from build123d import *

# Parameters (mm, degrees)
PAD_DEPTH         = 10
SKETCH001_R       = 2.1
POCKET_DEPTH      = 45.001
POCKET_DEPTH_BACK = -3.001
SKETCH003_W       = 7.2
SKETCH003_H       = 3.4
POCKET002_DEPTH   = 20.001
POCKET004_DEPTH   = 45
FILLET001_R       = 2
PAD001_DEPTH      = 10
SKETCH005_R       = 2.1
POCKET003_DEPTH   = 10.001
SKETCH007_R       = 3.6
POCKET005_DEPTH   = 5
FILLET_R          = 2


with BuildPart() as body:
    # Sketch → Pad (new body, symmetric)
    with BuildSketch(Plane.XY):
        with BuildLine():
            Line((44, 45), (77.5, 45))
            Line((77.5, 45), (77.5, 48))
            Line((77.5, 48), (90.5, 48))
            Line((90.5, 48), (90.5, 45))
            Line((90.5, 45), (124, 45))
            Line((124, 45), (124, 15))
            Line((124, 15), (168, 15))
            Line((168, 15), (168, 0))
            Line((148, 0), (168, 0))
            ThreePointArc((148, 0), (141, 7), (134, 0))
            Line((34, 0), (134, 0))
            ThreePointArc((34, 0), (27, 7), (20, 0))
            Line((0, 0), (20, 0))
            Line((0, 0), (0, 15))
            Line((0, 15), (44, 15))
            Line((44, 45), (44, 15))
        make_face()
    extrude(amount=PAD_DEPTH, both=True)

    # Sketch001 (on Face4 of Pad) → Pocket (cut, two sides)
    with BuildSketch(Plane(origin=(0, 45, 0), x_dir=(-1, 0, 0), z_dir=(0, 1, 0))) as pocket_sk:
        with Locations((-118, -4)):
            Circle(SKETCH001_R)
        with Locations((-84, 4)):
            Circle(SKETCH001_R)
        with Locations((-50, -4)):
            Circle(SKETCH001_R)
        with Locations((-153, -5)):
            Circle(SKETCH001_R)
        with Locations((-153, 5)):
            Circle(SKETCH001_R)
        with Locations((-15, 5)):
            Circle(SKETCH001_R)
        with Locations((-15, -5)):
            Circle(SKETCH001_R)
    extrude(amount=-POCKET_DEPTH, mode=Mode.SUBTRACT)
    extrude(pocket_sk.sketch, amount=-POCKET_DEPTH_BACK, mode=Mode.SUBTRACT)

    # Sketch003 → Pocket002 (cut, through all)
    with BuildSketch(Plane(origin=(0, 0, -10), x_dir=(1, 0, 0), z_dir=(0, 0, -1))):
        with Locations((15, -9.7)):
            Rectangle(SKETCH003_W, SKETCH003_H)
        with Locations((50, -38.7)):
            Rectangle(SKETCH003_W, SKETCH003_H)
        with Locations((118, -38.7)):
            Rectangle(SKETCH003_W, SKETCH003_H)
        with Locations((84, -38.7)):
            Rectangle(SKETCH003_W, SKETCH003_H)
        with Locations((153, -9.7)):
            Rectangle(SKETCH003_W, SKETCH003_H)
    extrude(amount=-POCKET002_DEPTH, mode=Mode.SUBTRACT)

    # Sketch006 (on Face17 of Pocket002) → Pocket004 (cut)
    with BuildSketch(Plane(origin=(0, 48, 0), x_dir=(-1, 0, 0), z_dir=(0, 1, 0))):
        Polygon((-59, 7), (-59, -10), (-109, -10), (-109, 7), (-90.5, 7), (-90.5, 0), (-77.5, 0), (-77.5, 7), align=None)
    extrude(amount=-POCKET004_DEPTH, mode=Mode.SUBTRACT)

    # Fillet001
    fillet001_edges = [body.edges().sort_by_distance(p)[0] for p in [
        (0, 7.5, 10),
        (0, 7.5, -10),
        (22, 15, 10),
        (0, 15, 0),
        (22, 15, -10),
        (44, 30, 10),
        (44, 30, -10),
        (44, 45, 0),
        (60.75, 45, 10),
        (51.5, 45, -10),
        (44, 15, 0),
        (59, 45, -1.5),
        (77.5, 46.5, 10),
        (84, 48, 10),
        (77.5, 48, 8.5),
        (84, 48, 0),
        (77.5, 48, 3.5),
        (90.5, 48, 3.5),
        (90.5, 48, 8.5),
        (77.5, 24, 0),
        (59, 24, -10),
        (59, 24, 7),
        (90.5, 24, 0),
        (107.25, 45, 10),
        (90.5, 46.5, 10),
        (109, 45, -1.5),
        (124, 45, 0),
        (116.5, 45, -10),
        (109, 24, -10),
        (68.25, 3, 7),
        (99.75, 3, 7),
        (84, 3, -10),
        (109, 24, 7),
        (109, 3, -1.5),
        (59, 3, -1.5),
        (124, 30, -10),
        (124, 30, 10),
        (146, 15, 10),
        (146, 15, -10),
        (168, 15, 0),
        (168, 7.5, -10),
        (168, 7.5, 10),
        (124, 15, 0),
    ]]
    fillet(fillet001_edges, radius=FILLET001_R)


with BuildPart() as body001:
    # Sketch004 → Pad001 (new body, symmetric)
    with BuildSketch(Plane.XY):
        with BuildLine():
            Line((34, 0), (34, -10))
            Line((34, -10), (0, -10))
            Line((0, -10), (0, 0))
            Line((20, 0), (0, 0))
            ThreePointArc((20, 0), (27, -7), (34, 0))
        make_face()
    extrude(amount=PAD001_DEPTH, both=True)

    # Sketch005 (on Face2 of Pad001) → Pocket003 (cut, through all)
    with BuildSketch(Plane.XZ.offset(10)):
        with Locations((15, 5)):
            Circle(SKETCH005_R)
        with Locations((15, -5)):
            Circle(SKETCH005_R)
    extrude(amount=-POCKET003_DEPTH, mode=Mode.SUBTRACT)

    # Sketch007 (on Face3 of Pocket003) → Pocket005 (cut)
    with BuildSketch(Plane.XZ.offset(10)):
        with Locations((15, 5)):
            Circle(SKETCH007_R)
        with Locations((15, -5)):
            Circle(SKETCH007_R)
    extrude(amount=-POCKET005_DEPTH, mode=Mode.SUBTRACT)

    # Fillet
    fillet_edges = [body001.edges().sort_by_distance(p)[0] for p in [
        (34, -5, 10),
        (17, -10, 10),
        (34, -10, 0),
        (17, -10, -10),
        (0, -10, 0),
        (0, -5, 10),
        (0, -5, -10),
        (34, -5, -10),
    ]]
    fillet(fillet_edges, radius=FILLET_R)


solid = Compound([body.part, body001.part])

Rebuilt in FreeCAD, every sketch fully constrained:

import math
import FreeCAD as App
import Part
import Sketcher
from FreeCAD import Vector


def edges_at(feature, points):
    """Names of the edges that pass closest to the given points."""
    edges = feature.Shape.Edges
    near = lambda p: min(range(len(edges)), key=lambda i: edges[i].distToShape(Part.Vertex(*p))[0])
    return sorted({f"Edge{near(p) + 1}" for p in points})


def add_polygon(sketch, points):
    """Adds a closed chain of lines whose ends are joined by coincident constraints."""
    first, n = sketch.GeometryCount, len(points)
    for a, b in zip(points, points[1:] + points[:1]):
        sketch.addGeometry(Part.LineSegment(App.Vector(*a, 0), App.Vector(*b, 0)), False)
    for i in range(n):
        sketch.addConstraint(Sketcher.Constraint("Coincident", first + i, 2, first + (i + 1) % n, 1))

doc = App.newDocument("Part")
body = doc.addObject("PartDesign::Body", "Body")

sketch1 = body.newObject("Sketcher::SketchObject", "Sketch")
sketch1.AttachmentSupport = (doc.getObject("XY_Plane"), [""])
sketch1.MapMode = "FlatFace"
sketch1.addGeometry([
    Part.LineSegment(Vector(77.5, 45, 0), Vector(44, 45, 0)),
    Part.LineSegment(Vector(44, 45, 0), Vector(44, 15, 0)),
    Part.LineSegment(Vector(44, 15, 0), Vector(0, 15, 0)),
    Part.LineSegment(Vector(0, 15, 0), Vector(0, 0, 0)),
    Part.LineSegment(Vector(0, 0, 0), Vector(20, 0, 0)),
    Part.ArcOfCircle(Part.Circle(Vector(27, 0, 0), Vector(0, 0, 1), 7), math.radians(0), math.radians(180)),
    Part.LineSegment(Vector(34, 0, 0), Vector(134, 0, 0)),
    Part.ArcOfCircle(Part.Circle(Vector(141, 0, 0), Vector(0, 0, 1), 7), math.radians(0), math.radians(180)),
    Part.LineSegment(Vector(148, 0, 0), Vector(168, 0, 0)),
    Part.LineSegment(Vector(168, 0, 0), Vector(168, 15, 0)),
    Part.LineSegment(Vector(168, 15, 0), Vector(124, 15, 0)),
    Part.LineSegment(Vector(124, 15, 0), Vector(124, 45, 0)),
    Part.LineSegment(Vector(124, 45, 0), Vector(90.5, 45, 0)),
    Part.LineSegment(Vector(90.5, 45, 0), Vector(90.5, 48, 0)),
    Part.LineSegment(Vector(90.5, 48, 0), Vector(77.5, 48, 0)),
    Part.LineSegment(Vector(77.5, 48, 0), Vector(77.5, 45, 0)),
], False)
sketch1.addConstraint([
    Sketcher.Constraint("Coincident", 0, 2, 1, 1),
    Sketcher.Constraint("Coincident", 1, 2, 2, 1),
    Sketcher.Constraint("Coincident", 2, 2, 3, 1),
    Sketcher.Constraint("Coincident", 3, 2, 4, 1),
    Sketcher.Constraint("Coincident", 4, 2, 5, 2),
    Sketcher.Constraint("Coincident", 5, 1, 6, 1),
    Sketcher.Constraint("Coincident", 6, 2, 7, 2),
    Sketcher.Constraint("Coincident", 7, 1, 8, 1),
    Sketcher.Constraint("Coincident", 8, 2, 9, 1),
    Sketcher.Constraint("Coincident", 9, 2, 10, 1),
    Sketcher.Constraint("Coincident", 10, 2, 11, 1),
    Sketcher.Constraint("Coincident", 11, 2, 12, 1),
    Sketcher.Constraint("Coincident", 12, 2, 13, 1),
    Sketcher.Constraint("Coincident", 13, 2, 14, 1),
    Sketcher.Constraint("Coincident", 14, 2, 15, 1),
    Sketcher.Constraint("Coincident", 15, 2, 0, 1),
    Sketcher.Constraint("Horizontal", 0),
    Sketcher.Constraint("Vertical", 1),
    Sketcher.Constraint("Horizontal", 2),
    Sketcher.Constraint("Vertical", 3),
    Sketcher.Constraint("Horizontal", 4),
    Sketcher.Constraint("Horizontal", 6),
    Sketcher.Constraint("Horizontal", 8),
    Sketcher.Constraint("Vertical", 9),
    Sketcher.Constraint("Horizontal", 10),
    Sketcher.Constraint("Vertical", 11),
    Sketcher.Constraint("Horizontal", 12),
    Sketcher.Constraint("Vertical", 13),
    Sketcher.Constraint("Horizontal", 14),
    Sketcher.Constraint("Vertical", 15),
    Sketcher.Constraint("Coincident", 3, 2, -1, 1),
    Sketcher.Constraint("Equal", 5, 7),
    Sketcher.Constraint("PointOnObject", 5, 3, -1),
    Sketcher.Constraint("PointOnObject", 7, 3, -1),
    Sketcher.Constraint("PointOnObject", 5, 1, -1),
    Sketcher.Constraint("PointOnObject", 7, 1, -1),
    Sketcher.Constraint("Horizontal", 2, 2, 9, 2),
    Sketcher.Constraint("Horizontal", 0, 2, 11, 2),
    Sketcher.Constraint("Equal", 4, 8),
    Sketcher.Constraint("Equal", 2, 10),
    Sketcher.Constraint("Equal", 0, 12),
    Sketcher.Constraint("Radius", 5, 7.0),
    Sketcher.Constraint("DistanceX", 2, 2, 2, 1, 44.0),
    Sketcher.Constraint("DistanceX", 4, 1, 4, 2, 20.0),
    Sketcher.Constraint("DistanceX", 6, 1, 6, 2, 100.0),
    Sketcher.Constraint("DistanceX", 14, 2, 14, 1, 13.0),
    Sketcher.Constraint("DistanceY", 1, 2, 1, 1, 30.0),
    Sketcher.Constraint("DistanceY", 3, 2, 3, 1, 15.0),
    Sketcher.Constraint("DistanceY", 13, 1, 13, 2, 3.0),
])
pad1 = body.newObject("PartDesign::Pad", "Pad")
pad1.Profile = sketch1
pad1.Length = 20
pad1.Midplane = True

sketch2 = body.newObject("Sketcher::SketchObject", "Sketch001")
sketch2.AttachmentSupport = (doc.getObject("XZ_Plane"), [""])
sketch2.MapMode = "FlatFace"
sketch2.AttachmentOffset = App.Placement(Vector(0, 0, -45), App.Rotation())
sketch2.addGeometry([
    Part.Circle(Vector(118, -4, 0), Vector(0, 0, 1), 2.1),
    Part.Circle(Vector(84, 4, 0), Vector(0, 0, 1), 2.1),
    Part.Circle(Vector(50, -4, 0), Vector(0, 0, 1), 2.1),
    Part.Circle(Vector(153, -5, 0), Vector(0, 0, 1), 2.1),
    Part.Circle(Vector(153, 5, 0), Vector(0, 0, 1), 2.1),
    Part.Circle(Vector(15, 5, 0), Vector(0, 0, 1), 2.1),
    Part.Circle(Vector(15, -5, 0), Vector(0, 0, 1), 2.1),
], False)
sketch2.addConstraint([
    Sketcher.Constraint("Equal", 0, 1),
    Sketcher.Constraint("Equal", 1, 2),
    Sketcher.Constraint("Equal", 2, 3),
    Sketcher.Constraint("Equal", 3, 4),
    Sketcher.Constraint("Equal", 4, 5),
    Sketcher.Constraint("Equal", 5, 6),
    Sketcher.Constraint("Symmetric", 3, 3, 4, 3, -1),
    Sketcher.Constraint("Symmetric", 5, 3, 6, 3, -1),
    Sketcher.Constraint("Horizontal", 0, 3, 2, 3),
    Sketcher.Constraint("Horizontal", 4, 3, 5, 3),
    Sketcher.Constraint("Diameter", 0, 4.2),
    Sketcher.Constraint("DistanceX", -1, 1, 0, 3, 118.0),
    Sketcher.Constraint("DistanceY", 0, 3, -1, 1, 4.0),
    Sketcher.Constraint("DistanceX", -1, 1, 1, 3, 84.0),
    Sketcher.Constraint("DistanceY", -1, 1, 1, 3, 4.0),
    Sketcher.Constraint("DistanceX", -1, 1, 2, 3, 50.0),
    Sketcher.Constraint("DistanceX", -1, 1, 3, 3, 153.0),
    Sketcher.Constraint("DistanceY", 3, 3, -1, 1, 5.0),
    Sketcher.Constraint("DistanceX", -1, 1, 5, 3, 15.0),
])
pocket1 = body.newObject("PartDesign::Pocket", "Pocket")
pocket1.Profile = sketch2
pocket1.Type = "ThroughAll"
pocket1.Midplane = True

sketch3 = body.newObject("Sketcher::SketchObject", "Sketch002")
sketch3.AttachmentSupport = (doc.getObject("XY_Plane"), [""])
sketch3.MapMode = "FlatFace"
sketch3.AttachmentOffset = App.Placement(Vector(0, 0, -10), App.Rotation())
add_polygon(sketch3, [(11.4, 8), (11.4, 11.4), (18.6, 11.4), (18.6, 8)])
add_polygon(sketch3, [(46.4, 37), (46.4, 40.4), (53.6, 40.4), (53.6, 37)])
add_polygon(sketch3, [(114.4, 37), (114.4, 40.4), (121.6, 40.4), (121.6, 37)])
add_polygon(sketch3, [(80.4, 37), (80.4, 40.4), (87.6, 40.4), (87.6, 37)])
add_polygon(sketch3, [(149.4, 8), (149.4, 11.4), (156.6, 11.4), (156.6, 8)])
sketch3.addConstraint([
    Sketcher.Constraint("Vertical", 0),
    Sketcher.Constraint("Horizontal", 1),
    Sketcher.Constraint("Vertical", 2),
    Sketcher.Constraint("Horizontal", 3),
    Sketcher.Constraint("Vertical", 4),
    Sketcher.Constraint("Horizontal", 5),
    Sketcher.Constraint("Vertical", 6),
    Sketcher.Constraint("Horizontal", 7),
    Sketcher.Constraint("Vertical", 8),
    Sketcher.Constraint("Horizontal", 9),
    Sketcher.Constraint("Vertical", 10),
    Sketcher.Constraint("Horizontal", 11),
    Sketcher.Constraint("Vertical", 12),
    Sketcher.Constraint("Horizontal", 13),
    Sketcher.Constraint("Vertical", 14),
    Sketcher.Constraint("Horizontal", 15),
    Sketcher.Constraint("Vertical", 16),
    Sketcher.Constraint("Horizontal", 17),
    Sketcher.Constraint("Vertical", 18),
    Sketcher.Constraint("Horizontal", 19),
    Sketcher.Constraint("Horizontal", 5, 2, 8, 2),
    Sketcher.Constraint("Horizontal", 7, 2, 10, 2),
    Sketcher.Constraint("Horizontal", 9, 2, 12, 2),
    Sketcher.Constraint("Horizontal", 11, 2, 14, 2),
    Sketcher.Constraint("Horizontal", 1, 2, 16, 2),
    Sketcher.Constraint("Horizontal", 3, 2, 18, 2),
    Sketcher.Constraint("Equal", 3, 5),
    Sketcher.Constraint("Equal", 7, 9),
    Sketcher.Constraint("Equal", 11, 13),
    Sketcher.Constraint("Equal", 15, 17),
    Sketcher.Constraint("Equal", 2, 4),
    Sketcher.Constraint("DistanceX", 1, 1, 1, 2, 7.2),
    Sketcher.Constraint("DistanceY", 0, 1, 0, 2, 3.4),
    Sketcher.Constraint("DistanceY", -1, 1, 2, 2, 8.0),
    Sketcher.Constraint("DistanceY", -1, 1, 6, 2, 37.0),
    Sketcher.Constraint("DistanceX", 0, 2, 4, 2, 35.0),
    Sketcher.Constraint("DistanceX", 4, 2, 8, 2, 68.0),
    Sketcher.Constraint("DistanceX", 12, 2, 8, 2, 34.0),
    Sketcher.Constraint("DistanceX", 11, 2, 16, 2, 35.0),
    Sketcher.Constraint("DistanceX", -1, 1, 0, 2, 11.4),
])
pocket2 = body.newObject("PartDesign::Pocket", "Pocket001")
pocket2.Profile = sketch3
pocket2.Type = "ThroughAll"
pocket2.Reversed = True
---------------
Problem to work on:
Only the lines above from the one with "Line((0, -10), (0, 0))" through the one with "Rebuilt in FreeCAD, every" should be duplicated, character for character.

Written answer:
            Line((0, -10), (0, 0))
            Line((20, 0), (0, 0))
            ThreePointArc((20, 0), (27, -7), (34, 0))
        make_face()
    extrude(amount=PAD001_DEPTH, both=True)

    # Sketch005 (on Face2 of Pad001) → Pocket003 (cut, through all)
    with BuildSketch(Plane.XZ.offset(10)):
        with Locations((15, 5)):
            Circle(SKETCH005_R)
        with Locations((15, -5)):
            Circle(SKETCH005_R)
    extrude(amount=-POCKET003_DEPTH, mode=Mode.SUBTRACT)

    # Sketch007 (on Face3 of Pocket003) → Pocket005 (cut)
    with BuildSketch(Plane.XZ.offset(10)):
        with Locations((15, 5)):
            Circle(SKETCH007_R)
        with Locations((15, -5)):
            Circle(SKETCH007_R)
    extrude(amount=-POCKET005_DEPTH, mode=Mode.SUBTRACT)

    # Fillet
    fillet_edges = [body001.edges().sort_by_distance(p)[0] for p in [
        (34, -5, 10),
        (17, -10, 10),
        (34, -10, 0),
        (17, -10, -10),
        (0, -10, 0),
        (0, -5, 10),
        (0, -5, -10),
        (34, -5, -10),
    ]]
    fillet(fillet_edges, radius=FILLET_R)


solid = Compound([body.part, body001.part])

Rebuilt in FreeCAD, every sketch fully constrained:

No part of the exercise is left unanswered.